- RECORDS FOR THIS EXERCISE -
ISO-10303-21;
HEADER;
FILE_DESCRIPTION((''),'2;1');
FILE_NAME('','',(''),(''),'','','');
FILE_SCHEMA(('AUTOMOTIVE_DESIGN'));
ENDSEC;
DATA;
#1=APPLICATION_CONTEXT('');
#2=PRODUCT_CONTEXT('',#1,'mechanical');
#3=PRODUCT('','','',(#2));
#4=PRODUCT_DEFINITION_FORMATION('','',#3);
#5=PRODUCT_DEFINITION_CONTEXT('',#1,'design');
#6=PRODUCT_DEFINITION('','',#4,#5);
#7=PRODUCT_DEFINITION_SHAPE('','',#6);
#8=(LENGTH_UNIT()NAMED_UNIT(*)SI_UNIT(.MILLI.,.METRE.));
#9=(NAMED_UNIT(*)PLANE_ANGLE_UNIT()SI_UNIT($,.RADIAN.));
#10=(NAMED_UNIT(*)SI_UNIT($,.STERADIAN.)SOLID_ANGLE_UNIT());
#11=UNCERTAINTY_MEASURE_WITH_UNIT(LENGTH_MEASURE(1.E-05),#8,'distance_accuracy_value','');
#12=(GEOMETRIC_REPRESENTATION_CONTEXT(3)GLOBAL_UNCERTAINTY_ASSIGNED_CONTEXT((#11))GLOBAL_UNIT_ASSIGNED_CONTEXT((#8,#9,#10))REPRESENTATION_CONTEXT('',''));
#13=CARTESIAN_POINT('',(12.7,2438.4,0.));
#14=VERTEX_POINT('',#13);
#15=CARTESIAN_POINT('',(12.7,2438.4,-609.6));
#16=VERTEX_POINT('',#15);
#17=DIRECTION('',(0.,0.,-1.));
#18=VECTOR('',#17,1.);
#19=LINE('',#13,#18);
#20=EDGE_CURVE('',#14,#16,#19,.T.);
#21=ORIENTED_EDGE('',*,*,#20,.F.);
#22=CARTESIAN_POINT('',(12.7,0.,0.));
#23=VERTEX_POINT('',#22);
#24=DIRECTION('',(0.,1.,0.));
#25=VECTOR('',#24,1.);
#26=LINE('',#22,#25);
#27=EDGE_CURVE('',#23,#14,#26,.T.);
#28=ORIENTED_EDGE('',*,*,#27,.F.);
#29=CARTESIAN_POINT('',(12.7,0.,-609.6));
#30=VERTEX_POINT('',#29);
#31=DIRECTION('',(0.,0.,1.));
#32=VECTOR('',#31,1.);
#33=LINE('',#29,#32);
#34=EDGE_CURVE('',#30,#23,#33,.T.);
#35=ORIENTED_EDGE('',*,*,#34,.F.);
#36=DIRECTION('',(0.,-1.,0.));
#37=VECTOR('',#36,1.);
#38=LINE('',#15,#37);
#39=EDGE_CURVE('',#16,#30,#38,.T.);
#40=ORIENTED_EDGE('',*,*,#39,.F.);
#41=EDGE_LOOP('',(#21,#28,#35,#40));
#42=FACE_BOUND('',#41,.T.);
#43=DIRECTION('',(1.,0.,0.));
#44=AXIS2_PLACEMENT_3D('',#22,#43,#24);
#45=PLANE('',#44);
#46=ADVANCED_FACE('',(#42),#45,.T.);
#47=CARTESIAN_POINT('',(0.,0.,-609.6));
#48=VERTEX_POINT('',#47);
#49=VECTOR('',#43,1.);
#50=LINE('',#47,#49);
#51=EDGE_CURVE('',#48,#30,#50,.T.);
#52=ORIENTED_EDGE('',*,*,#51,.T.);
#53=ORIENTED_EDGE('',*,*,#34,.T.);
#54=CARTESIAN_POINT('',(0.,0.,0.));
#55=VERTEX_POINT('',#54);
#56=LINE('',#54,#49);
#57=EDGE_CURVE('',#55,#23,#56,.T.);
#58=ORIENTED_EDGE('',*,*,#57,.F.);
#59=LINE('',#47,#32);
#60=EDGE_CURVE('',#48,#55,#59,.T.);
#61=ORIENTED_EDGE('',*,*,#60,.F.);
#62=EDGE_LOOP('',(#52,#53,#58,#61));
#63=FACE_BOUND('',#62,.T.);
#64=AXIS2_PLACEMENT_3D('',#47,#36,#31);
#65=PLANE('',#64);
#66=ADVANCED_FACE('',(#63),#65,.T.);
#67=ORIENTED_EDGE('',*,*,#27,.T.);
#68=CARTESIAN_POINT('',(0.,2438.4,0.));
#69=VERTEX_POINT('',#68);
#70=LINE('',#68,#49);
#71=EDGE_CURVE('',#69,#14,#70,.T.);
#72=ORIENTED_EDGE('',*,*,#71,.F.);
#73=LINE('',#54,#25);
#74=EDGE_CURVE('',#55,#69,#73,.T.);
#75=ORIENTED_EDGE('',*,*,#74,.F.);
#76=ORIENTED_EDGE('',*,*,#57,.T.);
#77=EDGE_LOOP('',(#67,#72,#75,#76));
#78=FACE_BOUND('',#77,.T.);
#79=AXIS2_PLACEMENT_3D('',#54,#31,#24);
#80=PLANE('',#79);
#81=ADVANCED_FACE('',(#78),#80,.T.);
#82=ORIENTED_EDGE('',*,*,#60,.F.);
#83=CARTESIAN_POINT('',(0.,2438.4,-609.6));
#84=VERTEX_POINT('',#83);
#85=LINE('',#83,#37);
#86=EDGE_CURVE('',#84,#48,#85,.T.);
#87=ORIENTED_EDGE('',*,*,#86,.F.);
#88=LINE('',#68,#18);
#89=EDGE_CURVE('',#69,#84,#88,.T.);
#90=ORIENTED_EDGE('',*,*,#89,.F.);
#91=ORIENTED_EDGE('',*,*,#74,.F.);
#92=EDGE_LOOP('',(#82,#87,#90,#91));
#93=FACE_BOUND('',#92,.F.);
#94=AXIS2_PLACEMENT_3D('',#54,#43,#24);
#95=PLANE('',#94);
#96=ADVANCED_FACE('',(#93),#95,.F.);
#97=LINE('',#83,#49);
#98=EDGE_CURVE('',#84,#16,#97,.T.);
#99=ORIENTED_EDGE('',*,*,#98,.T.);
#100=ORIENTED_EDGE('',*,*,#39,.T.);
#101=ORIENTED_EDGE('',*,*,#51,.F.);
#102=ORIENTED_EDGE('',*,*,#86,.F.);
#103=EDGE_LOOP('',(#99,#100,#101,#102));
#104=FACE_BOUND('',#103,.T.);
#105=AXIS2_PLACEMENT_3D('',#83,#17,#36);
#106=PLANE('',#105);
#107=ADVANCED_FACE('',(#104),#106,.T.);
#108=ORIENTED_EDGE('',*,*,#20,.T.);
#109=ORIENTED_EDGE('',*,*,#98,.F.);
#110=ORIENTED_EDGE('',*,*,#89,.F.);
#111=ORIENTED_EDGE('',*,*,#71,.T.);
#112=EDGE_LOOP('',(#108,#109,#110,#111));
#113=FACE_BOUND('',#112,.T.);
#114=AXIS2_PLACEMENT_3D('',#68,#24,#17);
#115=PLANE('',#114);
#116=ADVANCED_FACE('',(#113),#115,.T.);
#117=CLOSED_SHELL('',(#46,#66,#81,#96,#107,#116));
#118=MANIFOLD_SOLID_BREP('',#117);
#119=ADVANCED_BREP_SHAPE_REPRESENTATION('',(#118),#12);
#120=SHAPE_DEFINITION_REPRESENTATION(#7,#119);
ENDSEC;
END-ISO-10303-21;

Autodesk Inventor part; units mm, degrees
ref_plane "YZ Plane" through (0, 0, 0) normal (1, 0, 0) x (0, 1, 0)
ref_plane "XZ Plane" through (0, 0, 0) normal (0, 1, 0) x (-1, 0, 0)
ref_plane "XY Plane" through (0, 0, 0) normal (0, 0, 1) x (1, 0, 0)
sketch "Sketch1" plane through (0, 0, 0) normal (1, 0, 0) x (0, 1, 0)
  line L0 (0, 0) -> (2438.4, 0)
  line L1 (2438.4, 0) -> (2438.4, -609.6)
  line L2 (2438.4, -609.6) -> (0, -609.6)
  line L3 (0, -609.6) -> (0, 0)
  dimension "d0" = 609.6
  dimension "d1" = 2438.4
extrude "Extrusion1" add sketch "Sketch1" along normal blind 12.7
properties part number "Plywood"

- INSTRUCTIONS FOR THE TASK -
What are the exact lines from the beginning of the material through the line containing "#8=(LENGTH_UNIT()NAMED_UNIT(*)SI_UNIT(.MILLI.,.METRE.));"? Write out those lines alone.

- THE ANSWER -
ISO-10303-21;
HEADER;
FILE_DESCRIPTION((''),'2;1');
FILE_NAME('','',(''),(''),'','','');
FILE_SCHEMA(('AUTOMOTIVE_DESIGN'));
ENDSEC;
DATA;
#1=APPLICATION_CONTEXT('');
#2=PRODUCT_CONTEXT('',#1,'mechanical');
#3=PRODUCT('','','',(#2));
#4=PRODUCT_DEFINITION_FORMATION('','',#3);
#5=PRODUCT_DEFINITION_CONTEXT('',#1,'design');
#6=PRODUCT_DEFINITION('','',#4,#5);
#7=PRODUCT_DEFINITION_SHAPE('','',#6);
#8=(LENGTH_UNIT()NAMED_UNIT(*)SI_UNIT(.MILLI.,.METRE.));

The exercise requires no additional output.